What of these comedy geniuses though? Why is it they're failing so much when they've previously demonstrated commendable skill in the genre? It's simply because they don't blend well together. Both Michael Cera and Jack Black take on their well-known personas, standing as complete polar opposites. However, instead of this working to provide humour, they instead expose the irritating flaws in each other's characters. I used to think I liked Jack Black, but I honestly don't. He irritated me to the point that he nearly ruined Tropic Thunder. He bored me into a catatonic stupor with Nacho Libre and I'll save my grievances with Envy for a later date. He even grates on me in School Of Rock, leaving me somewhat baffled as to why I still like that film. Nonetheless, you can't watch Jack Black and get too annoyed when he plays a cocksure, slightly deluded and loud-mouthed character through which the comedy is pulled out of his own delusions, since that is, after all, the character he's made his career out of. Michael Cera plays the antithesis to this: shy, awkward and anything but confident. If comedy comes from conflict, then the pairing of these two should be a walk in the park, but instead of helping each other, it feels like they're trying to expose the worst aspects of each other. Cera becomes whiny and pitiful, kicking up a slight fuss every time Black tries to force him into something he doesn't want to do, before giving in and becoming Black's bitch. As for Black, he just comes off as an arrogant prick. Neither are fun to be in the company of, leaving you to side with the other cavemen who hate them. Every time Matthew J. Willig's Marlak threatens to "kill them where they stand", you wish he'd just gone ahead and done it a long time ago.
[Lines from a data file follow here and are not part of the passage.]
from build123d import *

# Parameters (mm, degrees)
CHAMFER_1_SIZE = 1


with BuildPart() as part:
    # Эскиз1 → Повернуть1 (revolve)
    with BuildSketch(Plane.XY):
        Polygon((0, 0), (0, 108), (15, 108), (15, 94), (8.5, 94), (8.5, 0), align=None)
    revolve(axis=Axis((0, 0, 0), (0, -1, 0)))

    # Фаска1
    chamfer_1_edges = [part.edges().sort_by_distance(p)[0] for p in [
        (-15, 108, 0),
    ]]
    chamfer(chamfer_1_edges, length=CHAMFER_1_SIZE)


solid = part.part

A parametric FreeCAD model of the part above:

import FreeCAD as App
import Part
import Sketcher
from FreeCAD import Vector
Q = App.Units.Quantity


def edges_at(feature, points):
    """Names of the edges that pass closest to the given points."""
    edges = feature.Shape.Edges
    near = lambda p: min(range(len(edges)), key=lambda i: edges[i].distToShape(Part.Vertex(*p))[0])
    return sorted({f"Edge{near(p) + 1}" for p in points})


def add_polygon(sketch, points):
    """Adds a closed chain of lines whose ends are joined by coincident constraints."""
    first, n = sketch.GeometryCount, len(points)
    for a, b in zip(points, points[1:] + points[:1]):
        sketch.addGeometry(Part.LineSegment(App.Vector(*a, 0), App.Vector(*b, 0)), False)
    for i in range(n):
        sketch.addConstraint(Sketcher.Constraint("Coincident", first + i, 2, first + (i + 1) % n, 1))

doc = App.newDocument("Part")
body = doc.addObject("PartDesign::Body", "Body")

# Sketch on XY plane
sketch1 = body.newObject("Sketcher::SketchObject", "Sketch")
sketch1.AttachmentSupport = (doc.getObject("XY_Plane"), [""])
sketch1.MapMode = "FlatFace"
add_polygon(sketch1, [(0, 108), (0, 0), (8, 0), (8, 94), (15, 94), (15, 108)])  # lines 0-5
sketch1.addConstraint(Sketcher.Constraint("Vertical", 0))
sketch1.addConstraint(Sketcher.Constraint("Horizontal", 1))
sketch1.addConstraint(Sketcher.Constraint("Vertical", 2))
sketch1.addConstraint(Sketcher.Constraint("Horizontal", 3))
sketch1.addConstraint(Sketcher.Constraint("Vertical", 4))
sketch1.addConstraint(Sketcher.Constraint("Horizontal", 5))
sketch1.addConstraint(Sketcher.Constraint("Coincident", 0, 2, -1, 1))
sketch1.addConstraint(Sketcher.Constraint("DistanceX", 5, 2, 5, 1, Q("15 mm")))
sketch1.addConstraint(Sketcher.Constraint("DistanceY", 0, 2, 0, 1, Q("108 mm")))
sketch1.addConstraint(Sketcher.Constraint("DistanceY", 2, 1, 2, 2, Q("94 mm")))
sketch1.addConstraint(Sketcher.Constraint("DistanceX", 1, 1, 1, 2, Q("8.5 mm")))
revolution = body.newObject("PartDesign::Revolution", "Revolution")
revolution.Profile = sketch1
revolution.ReferenceAxis = (sketch1, ["V_Axis"])
revolution.Angle = 360
doc.recompute()

chamfer = body.newObject("PartDesign::Chamfer", "Chamfer")
chamfer.Base = (revolution, edges_at(revolution, [(-15, 108, 0)]))
chamfer.Size = 1

doc.recompute()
Elsewhere, the rest of the cast are comprised of either cameos or glorified cameos. Oliver Platt contributes to some of the film's many gross-out gags, but unfortunately these gags are being done better by The Farrelly Brothers even today, let alone when they were in their prime. Even Hank Azaria fails to be funny and that almost never happens. Christopher Mintz-Plasse wheels out McLovin AGAIN and David Cross remains under the illusion that he's funny. Then, just when you thought the film was torturous enough, Vinnie Jones arrives. As for female characters, forget it, none of them are given any real chance to try and get some laughs and they're there purely for the purpose of eye-candy. In this department, they succeed. Sadly, anyone who's seen Olivia Wilde and Juno Temple in other films will know that they're capable of so much more.
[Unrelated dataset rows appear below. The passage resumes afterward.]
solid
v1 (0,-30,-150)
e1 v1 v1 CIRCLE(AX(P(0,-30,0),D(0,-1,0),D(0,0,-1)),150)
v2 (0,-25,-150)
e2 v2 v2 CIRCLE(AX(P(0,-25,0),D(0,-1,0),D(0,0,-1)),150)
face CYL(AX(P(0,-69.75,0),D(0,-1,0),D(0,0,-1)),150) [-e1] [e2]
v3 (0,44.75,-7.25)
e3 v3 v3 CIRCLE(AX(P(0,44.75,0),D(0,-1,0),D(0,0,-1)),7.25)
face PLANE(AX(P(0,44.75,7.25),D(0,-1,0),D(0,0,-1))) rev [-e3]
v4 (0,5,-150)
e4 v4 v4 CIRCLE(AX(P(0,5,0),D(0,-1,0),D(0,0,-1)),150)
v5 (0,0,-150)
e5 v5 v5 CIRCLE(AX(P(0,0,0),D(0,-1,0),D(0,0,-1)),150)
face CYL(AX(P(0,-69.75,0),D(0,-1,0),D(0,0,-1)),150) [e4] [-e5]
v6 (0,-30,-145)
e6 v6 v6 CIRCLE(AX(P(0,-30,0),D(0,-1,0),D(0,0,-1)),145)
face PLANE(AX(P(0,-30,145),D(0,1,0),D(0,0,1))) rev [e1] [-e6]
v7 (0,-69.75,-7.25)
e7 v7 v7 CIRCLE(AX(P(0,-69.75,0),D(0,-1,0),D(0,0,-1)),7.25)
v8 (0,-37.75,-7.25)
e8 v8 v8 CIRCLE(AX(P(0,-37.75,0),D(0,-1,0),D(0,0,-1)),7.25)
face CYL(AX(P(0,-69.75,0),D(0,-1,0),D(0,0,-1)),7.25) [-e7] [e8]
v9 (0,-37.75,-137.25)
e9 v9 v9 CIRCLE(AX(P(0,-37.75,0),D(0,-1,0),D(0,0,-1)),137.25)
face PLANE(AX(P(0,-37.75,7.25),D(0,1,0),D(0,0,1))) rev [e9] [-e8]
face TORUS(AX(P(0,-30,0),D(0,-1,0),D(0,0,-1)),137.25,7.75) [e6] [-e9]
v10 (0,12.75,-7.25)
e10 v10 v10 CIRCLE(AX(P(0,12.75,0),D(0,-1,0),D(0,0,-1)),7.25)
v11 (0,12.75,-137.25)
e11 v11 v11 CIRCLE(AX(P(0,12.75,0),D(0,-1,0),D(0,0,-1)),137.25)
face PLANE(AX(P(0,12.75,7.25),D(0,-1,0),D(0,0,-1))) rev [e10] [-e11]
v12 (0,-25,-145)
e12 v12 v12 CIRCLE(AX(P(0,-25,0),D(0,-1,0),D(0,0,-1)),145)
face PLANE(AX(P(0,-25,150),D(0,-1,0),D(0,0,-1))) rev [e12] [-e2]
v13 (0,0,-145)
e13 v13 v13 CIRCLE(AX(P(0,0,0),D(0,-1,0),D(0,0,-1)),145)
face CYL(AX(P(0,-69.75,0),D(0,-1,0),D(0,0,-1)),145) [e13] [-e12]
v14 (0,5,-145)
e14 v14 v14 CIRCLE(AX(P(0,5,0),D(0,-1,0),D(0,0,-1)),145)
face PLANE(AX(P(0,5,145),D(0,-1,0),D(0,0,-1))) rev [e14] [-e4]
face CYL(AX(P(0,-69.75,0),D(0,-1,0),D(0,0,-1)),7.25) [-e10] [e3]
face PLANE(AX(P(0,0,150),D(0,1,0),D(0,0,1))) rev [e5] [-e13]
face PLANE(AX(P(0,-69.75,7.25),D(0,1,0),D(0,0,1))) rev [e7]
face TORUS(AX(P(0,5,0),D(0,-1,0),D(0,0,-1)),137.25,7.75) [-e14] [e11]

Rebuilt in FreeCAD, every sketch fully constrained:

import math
import FreeCAD as App
import Part
import Sketcher

V = App.Vector

doc = App.newDocument("Part")
body = doc.addObject("PartDesign::Body", "Body")

sketch1 = body.newObject("Sketcher::SketchObject", "Sketch")
sketch1.AttachmentSupport = (doc.getObject("YZ_Plane"), [""])
sketch1.MapMode = "FlatFace"
sketch1.addGeometry(Part.LineSegment(V(45, 7, 0), V(13, 7, 0)), False)
sketch1.addGeometry(Part.LineSegment(V(13, 7, 0), V(13, 137, 0)), False)
sketch1.addGeometry(Part.ArcOfCircle(Part.Circle(V(5, 137, 0), V(0, 0, 1), 8), math.radians(0), math.radians(90)), False)
sketch1.addGeometry(Part.LineSegment(V(5, 145, 0), V(5, 150, 0)), False)
sketch1.addGeometry(Part.LineSegment(V(5, 150, 0), V(0, 150, 0)), False)
sketch1.addGeometry(Part.LineSegment(V(0, 150, 0), V(0, 145, 0)), False)
sketch1.addGeometry(Part.LineSegment(V(0, 145, 0), V(-25, 145, 0)), False)
sketch1.addGeometry(Part.LineSegment(V(-25, 145, 0), V(-25, 150, 0)), False)
sketch1.addGeometry(Part.LineSegment(V(-25, 150, 0), V(-30, 150, 0)), False)
sketch1.addGeometry(Part.LineSegment(V(-30, 150, 0), V(-30, 145, 0)), False)
sketch1.addGeometry(Part.ArcOfCircle(Part.Circle(V(-30, 137, 0), V(0, 0, 1), 8), math.radians(90), math.radians(180)), False)
sketch1.addGeometry(Part.LineSegment(V(-38, 137, 0), V(-38, 7, 0)), False)
sketch1.addGeometry(Part.LineSegment(V(-38, 7, 0), V(-70, 7, 0)), False)
sketch1.addGeometry(Part.LineSegment(V(-70, 7, 0), V(-70, 0, 0)), False)
sketch1.addGeometry(Part.LineSegment(V(-70, 0, 0), V(45, 0, 0)), False)
sketch1.addGeometry(Part.LineSegment(V(45, 0, 0), V(45, 7, 0)), False)
sketch1.addConstraint(Sketcher.Constraint("Coincident", 0, 2, 1, 1))
sketch1.addConstraint(Sketcher.Constraint("Tangent", 1, 2, 2, 1))
sketch1.addConstraint(Sketcher.Constraint("Coincident", 2, 2, 3, 1))
sketch1.addConstraint(Sketcher.Constraint("Coincident", 3, 2, 4, 1))
sketch1.addConstraint(Sketcher.Constraint("Coincident", 4, 2, 5, 1))
sketch1.addConstraint(Sketcher.Constraint("Coincident", 5, 2, 6, 1))
sketch1.addConstraint(Sketcher.Constraint("Coincident", 6, 2, 7, 1))
sketch1.addConstraint(Sketcher.Constraint("Coincident", 7, 2, 8, 1))
sketch1.addConstraint(Sketcher.Constraint("Coincident", 8, 2, 9, 1))
sketch1.addConstraint(Sketcher.Constraint("Coincident", 9, 2, 10, 1))
sketch1.addConstraint(Sketcher.Constraint("Tangent", 10, 2, 11, 1))
sketch1.addConstraint(Sketcher.Constraint("Coincident", 11, 2, 12, 1))
sketch1.addConstraint(Sketcher.Constraint("Coincident", 12, 2, 13, 1))
sketch1.addConstraint(Sketcher.Constraint("Coincident", 13, 2, 14, 1))
sketch1.addConstraint(Sketcher.Constraint("Coincident", 14, 2, 15, 1))
sketch1.addConstraint(Sketcher.Constraint("Coincident", 15, 2, 0, 1))
sketch1.addConstraint(Sketcher.Constraint("Horizontal", 0))
sketch1.addConstraint(Sketcher.Constraint("Vertical", 1))
sketch1.addConstraint(Sketcher.Constraint("Vertical", 3))
sketch1.addConstraint(Sketcher.Constraint("Horizontal", 4))
sketch1.addConstraint(Sketcher.Constraint("Vertical", 5))
sketch1.addConstraint(Sketcher.Constraint("Horizontal", 6))
sketch1.addConstraint(Sketcher.Constraint("Vertical", 7))
sketch1.addConstraint(Sketcher.Constraint("Horizontal", 8))
sketch1.addConstraint(Sketcher.Constraint("Vertical", 9))
sketch1.addConstraint(Sketcher.Constraint("Vertical", 11))
sketch1.addConstraint(Sketcher.Constraint("Horizontal", 12))
sketch1.addConstraint(Sketcher.Constraint("Vertical", 13))
sketch1.addConstraint(Sketcher.Constraint("Horizontal", 14))
sketch1.addConstraint(Sketcher.Constraint("Vertical", 15))
sketch1.addConstraint(Sketcher.Constraint("Equal", 2, 10))
sketch1.addConstraint(Sketcher.Constraint("PointOnObject", 4, 2, -2))
sketch1.addConstraint(Sketcher.Constraint("PointOnObject", 13, 2, -1))
sketch1.addConstraint(Sketcher.Constraint("Horizontal", 2, 3, 10, 3))
sketch1.addConstraint(Sketcher.Constraint("Horizontal", 2, 2, 5, 2))
sketch1.addConstraint(Sketcher.Constraint("Horizontal", 4, 2, 7, 2))
sketch1.addConstraint(Sketcher.Constraint("Horizontal", 0, 2, 11, 2))
sketch1.addConstraint(Sketcher.Constraint("Vertical", 10, 3, 8, 2))
sketch1.addConstraint(Sketcher.Constraint("Equal", 4, 8))
sketch1.addConstraint(Sketcher.Constraint("Equal", 0, 12))
sketch1.addConstraint(Sketcher.Constraint("Equal", 8, 3))
sketch1.addConstraint(Sketcher.Constraint("DistanceX", 0, 2, 0, 1, 32.0))
sketch1.addConstraint(Sketcher.Constraint("DistanceX", 4, 2, 4, 1, 5.0))
sketch1.addConstraint(Sketcher.Constraint("DistanceX", 6, 2, 6, 1, 25.0))
sketch1.addConstraint(Sketcher.Constraint("DistanceY", 1, 1, 1, 2, 130.0))
sketch1.addConstraint(Sketcher.Constraint("Radius", 2, 7.75))
sketch1.addConstraint(Sketcher.Constraint("DistanceX", 14, 1, 14, 2, 114.5))
sketch1.addConstraint(Sketcher.Constraint("DistanceY", -1, 1, 2, 2, 145.0))
revolution = body.newObject("PartDesign::Revolution", "Revolution")
revolution.Profile = sketch1
revolution.ReferenceAxis = (sketch1, ["H_Axis"])
revolution.Angle = 360

doc.recompute()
It's the obligatory outtakes sequence that proves where a lot of the film's problems really lie. First off, they're not funny, even for cheap laughs. If there's one place where it's easy to get a cheap laugh, it's the outtakes. There's no imagination or wit to them, it is literally people forgetting their lines, combined with Jack Black providing the bodily omissions and Bill Hader wheeling out his Al Pacino impression. A good impression? Yes. Funny the eighteenth time? Not really. Critically though, the outtakes expose that the cast and crew had fun making this film. Morecambe and Wise didn't enjoy making comedy. It drove them mad. Pull out any documentary on them and you'll see people backing this up. If you're having fun making a comedy, it's probably no fun for the audience because you need to be scrutinizing every joke and making sure that it's funny. The result is that over-analysis makes you sick of that joke, but it ensures that it's enjoyable for more people than just yourself. 
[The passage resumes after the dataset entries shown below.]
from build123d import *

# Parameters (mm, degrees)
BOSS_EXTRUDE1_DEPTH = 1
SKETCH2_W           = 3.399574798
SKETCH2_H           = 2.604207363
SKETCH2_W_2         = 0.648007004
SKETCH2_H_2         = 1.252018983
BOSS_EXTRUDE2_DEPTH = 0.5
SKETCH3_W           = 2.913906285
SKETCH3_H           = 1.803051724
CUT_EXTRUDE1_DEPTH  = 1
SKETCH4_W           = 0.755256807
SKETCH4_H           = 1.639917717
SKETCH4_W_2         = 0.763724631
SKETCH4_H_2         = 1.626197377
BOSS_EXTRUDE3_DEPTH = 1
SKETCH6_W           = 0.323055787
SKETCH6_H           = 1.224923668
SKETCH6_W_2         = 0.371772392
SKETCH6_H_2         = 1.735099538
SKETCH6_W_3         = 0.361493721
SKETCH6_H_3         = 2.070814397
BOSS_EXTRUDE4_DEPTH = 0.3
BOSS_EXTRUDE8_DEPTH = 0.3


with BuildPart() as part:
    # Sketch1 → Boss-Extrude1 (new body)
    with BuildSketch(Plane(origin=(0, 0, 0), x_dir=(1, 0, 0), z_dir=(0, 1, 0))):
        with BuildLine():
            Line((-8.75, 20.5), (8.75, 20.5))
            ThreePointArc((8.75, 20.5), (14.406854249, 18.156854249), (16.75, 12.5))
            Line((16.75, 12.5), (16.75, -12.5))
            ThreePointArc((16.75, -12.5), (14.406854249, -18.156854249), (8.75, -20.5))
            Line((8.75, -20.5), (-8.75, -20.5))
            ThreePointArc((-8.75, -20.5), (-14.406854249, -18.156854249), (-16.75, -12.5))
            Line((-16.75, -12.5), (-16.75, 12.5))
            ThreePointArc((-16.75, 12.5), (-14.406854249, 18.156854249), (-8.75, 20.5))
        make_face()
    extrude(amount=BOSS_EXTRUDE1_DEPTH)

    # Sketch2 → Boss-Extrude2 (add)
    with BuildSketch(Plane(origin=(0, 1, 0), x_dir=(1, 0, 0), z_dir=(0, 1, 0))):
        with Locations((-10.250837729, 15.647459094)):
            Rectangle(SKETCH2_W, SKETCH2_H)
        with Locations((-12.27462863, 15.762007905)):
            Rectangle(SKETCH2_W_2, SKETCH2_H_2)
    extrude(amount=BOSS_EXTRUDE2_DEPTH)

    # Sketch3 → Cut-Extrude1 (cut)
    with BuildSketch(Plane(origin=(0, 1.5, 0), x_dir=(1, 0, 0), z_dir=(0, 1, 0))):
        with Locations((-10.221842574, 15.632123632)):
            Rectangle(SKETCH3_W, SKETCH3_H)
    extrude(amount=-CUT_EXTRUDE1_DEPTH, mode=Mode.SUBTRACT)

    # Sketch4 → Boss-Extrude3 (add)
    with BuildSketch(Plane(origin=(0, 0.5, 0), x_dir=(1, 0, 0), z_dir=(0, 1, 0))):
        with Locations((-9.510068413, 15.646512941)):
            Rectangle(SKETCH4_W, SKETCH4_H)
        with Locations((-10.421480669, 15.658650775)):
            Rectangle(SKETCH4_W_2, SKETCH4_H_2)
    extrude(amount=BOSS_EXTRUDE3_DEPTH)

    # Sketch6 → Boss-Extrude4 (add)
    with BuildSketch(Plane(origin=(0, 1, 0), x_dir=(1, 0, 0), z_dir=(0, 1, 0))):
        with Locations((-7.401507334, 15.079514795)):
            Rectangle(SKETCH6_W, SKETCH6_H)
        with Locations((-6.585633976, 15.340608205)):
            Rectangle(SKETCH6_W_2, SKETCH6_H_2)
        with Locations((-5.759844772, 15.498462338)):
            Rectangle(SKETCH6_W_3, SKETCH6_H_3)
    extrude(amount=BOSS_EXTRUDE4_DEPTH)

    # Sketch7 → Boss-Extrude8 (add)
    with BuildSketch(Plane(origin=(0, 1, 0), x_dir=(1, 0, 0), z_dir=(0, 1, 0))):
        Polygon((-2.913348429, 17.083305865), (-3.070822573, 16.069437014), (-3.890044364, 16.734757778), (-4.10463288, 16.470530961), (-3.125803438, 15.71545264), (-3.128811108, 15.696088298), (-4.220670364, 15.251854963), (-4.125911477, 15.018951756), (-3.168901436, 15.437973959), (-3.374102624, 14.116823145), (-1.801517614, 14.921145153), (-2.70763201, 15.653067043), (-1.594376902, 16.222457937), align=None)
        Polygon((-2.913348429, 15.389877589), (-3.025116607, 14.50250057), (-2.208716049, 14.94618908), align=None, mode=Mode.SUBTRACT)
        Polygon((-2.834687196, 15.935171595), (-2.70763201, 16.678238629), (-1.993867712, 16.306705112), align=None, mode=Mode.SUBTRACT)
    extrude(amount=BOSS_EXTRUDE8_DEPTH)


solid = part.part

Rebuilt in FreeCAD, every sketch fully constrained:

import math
import FreeCAD as App
import Part
import Sketcher
from FreeCAD import Vector
Q = App.Units.Quantity

doc = App.newDocument("Part")
body = doc.addObject("PartDesign::Body", "Body")

# Sketch on XZ plane
sketch1 = body.newObject("Sketcher::SketchObject", "Sketch")
sketch1.AttachmentSupport = (doc.getObject("XZ_Plane"), [""])
sketch1.MapMode = "FlatFace"
sketch1.addGeometry([
    Part.LineSegment(Vector(9, -20, 0), Vector(-9, -20, 0)),  # 0
    Part.ArcOfCircle(Part.Circle(Vector(-9, -12, 0), Vector(0, 0, 1), 8), math.radians(-180), math.radians(-90)),  # 1
    Part.LineSegment(Vector(-17, -12, 0), Vector(-17, 12, 0)),  # 2
    Part.ArcOfCircle(Part.Circle(Vector(-9, 12, 0), Vector(0, 0, 1), 8), math.radians(90), math.radians(180)),  # 3
    Part.LineSegment(Vector(-9, 20, 0), Vector(9, 20, 0)),  # 4
    Part.ArcOfCircle(Part.Circle(Vector(9, 12, 0), Vector(0, 0, 1), 8), math.radians(0), math.radians(90)),  # 5
    Part.LineSegment(Vector(17, 12, 0), Vector(17, -12, 0)),  # 6
    Part.ArcOfCircle(Part.Circle(Vector(9, -12, 0), Vector(0, 0, 1), 8), math.radians(-90), math.radians(0)),  # 7
], False)
sketch1.addConstraint([
    Sketcher.Constraint("Tangent", 0, 2, 1, 2),
    Sketcher.Constraint("Tangent", 1, 1, 2, 1),
    Sketcher.Constraint("Tangent", 2, 2, 3, 2),
    Sketcher.Constraint("Tangent", 3, 1, 4, 1),
    Sketcher.Constraint("Tangent", 4, 2, 5, 2),
    Sketcher.Constraint("Tangent", 5, 1, 6, 1),
    Sketcher.Constraint("Tangent", 6, 2, 7, 2),
    Sketcher.Constraint("Tangent", 7, 1, 0, 1),
    Sketcher.Constraint("Horizontal", 0),
    Sketcher.Constraint("Vertical", 2),
    Sketcher.Constraint("Horizontal", 4),
    Sketcher.Constraint("Vertical", 6),
    Sketcher.Constraint("Equal", 1, 3),
    Sketcher.Constraint("Equal", 3, 5),
    Sketcher.Constraint("Equal", 5, 7),
    Sketcher.Constraint("Symmetric", 1, 3, 5, 3, -1, 1),
    Sketcher.Constraint("Radius", 1, Q("8 mm")),
    Sketcher.Constraint("DistanceY", 2, 1, 2, 2, Q("25 mm")),
    Sketcher.Constraint("DistanceX", 0, 2, 0, 1, Q("17.5 mm")),
])
pad1 = body.newObject("PartDesign::Pad", "Pad")
pad1.Profile = sketch1
pad1.Length = 1
pad1.Reversed = True

# Sketch on XZ plane
sketch2 = body.newObject("Sketcher::SketchObject", "Sketch001")
sketch2.AttachmentSupport = (doc.getObject("XZ_Plane"), [""])
sketch2.MapMode = "FlatFace"
sketch2.AttachmentOffset = App.Placement(Vector(0, 0, -1), App.Rotation())
sketch2.addGeometry([
    Part.LineSegment(Vector(-12, -15.1, 0), Vector(-12, -14.3, 0)),  # 0
    Part.LineSegment(Vector(-12, -14.3, 0), Vector(-8.6, -14.3, 0)),  # 1
    Part.LineSegment(Vector(-8.6, -14.3, 0), Vector(-8.6, -16.9, 0)),  # 2
    Part.LineSegment(Vector(-8.6, -16.9, 0), Vector(-12, -16.9, 0)),  # 3
    Part.LineSegment(Vector(-12, -16.9, 0), Vector(-12, -16.4, 0)),  # 4
    Part.LineSegment(Vector(-12, -16.4, 0), Vector(-12.6, -16.4, 0)),  # 5
    Part.LineSegment(Vector(-12.6, -16.4, 0), Vector(-12.6, -15.1, 0)),  # 6
    Part.LineSegment(Vector(-12.6, -15.1, 0), Vector(-12, -15.1, 0)),  # 7
], False)
sketch2.addConstraint([
    Sketcher.Constraint("Coincident", 0, 2, 1, 1),
    Sketcher.Constraint("Coincident", 1, 2, 2, 1),
    Sketcher.Constraint("Coincident", 2, 2, 3, 1),
    Sketcher.Constraint("Coincident", 3, 2, 4, 1),
    Sketcher.Constraint("Coincident", 4, 2, 5, 1),
    Sketcher.Constraint("Coincident", 5, 2, 6, 1),
    Sketcher.Constraint("Coincident", 6, 2, 7, 1),
    Sketcher.Constraint("Coincident", 7, 2, 0, 1),
    Sketcher.Constraint("Vertical", 0),
    Sketcher.Constraint("Horizontal", 1),
    Sketcher.Constraint("Vertical", 2),
    Sketcher.Constraint("Horizontal", 3),
    Sketcher.Constraint("Vertical", 4),
    Sketcher.Constraint("Horizontal", 5),
    Sketcher.Constraint("Vertical", 6),
    Sketcher.Constraint("Horizontal", 7),
    Sketcher.Constraint("Vertical", 0, 2, 3, 2),
    Sketcher.Constraint("DistanceY", 6, 2, -1, 1, Q("15.135998 mm")),
    Sketcher.Constraint("DistanceY", 6, 1, 6, 2, Q("1.252019 mm")),
    Sketcher.Constraint("DistanceX", 1, 1, 1, 2, Q("3.399575 mm")),
    Sketcher.Constraint("DistanceX", 5, 2, 5, 1, Q("0.648007 mm")),
    Sketcher.Constraint("DistanceY", 0, 1, 0, 2, Q("0.790643 mm")),
    Sketcher.Constraint("DistanceY", 2, 2, 2, 1, Q("2.604207 mm")),
    Sketcher.Constraint("DistanceX", 1, 2, -1, 1, Q("8.55105 mm")),
])
pad2 = body.newObject("PartDesign::Pad", "Pad001")
pad2.Profile = sketch2
pad2.Length = 0.5
pad2.Reversed = True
There isn't a single person involved in Year One who hasn't failed in some capacity, meaning that the blame is even and can be spread between all of them. To say that careers have suffered because of this film isn't a longshot. Ramis hasn't directed since, bar an episode of The Office. Black has only really had Kung Fu Panda to provide him with any success and that's not really sold off his name. As for Cera, he's faced an unprecedented swan-dive with the terrible Youth In Revolt and the, undeserved, commercial disaster that was Scott Pilgrim being the only two things of real note he's done since then. Year One is a film that has seriously hurt careers. The film itself is incapable of providing a silver lining to that fact.

ONE out of five
Contains possibly the worst comedy of modern times. And it's only possibly, because I haven't seen Movie 43 yet.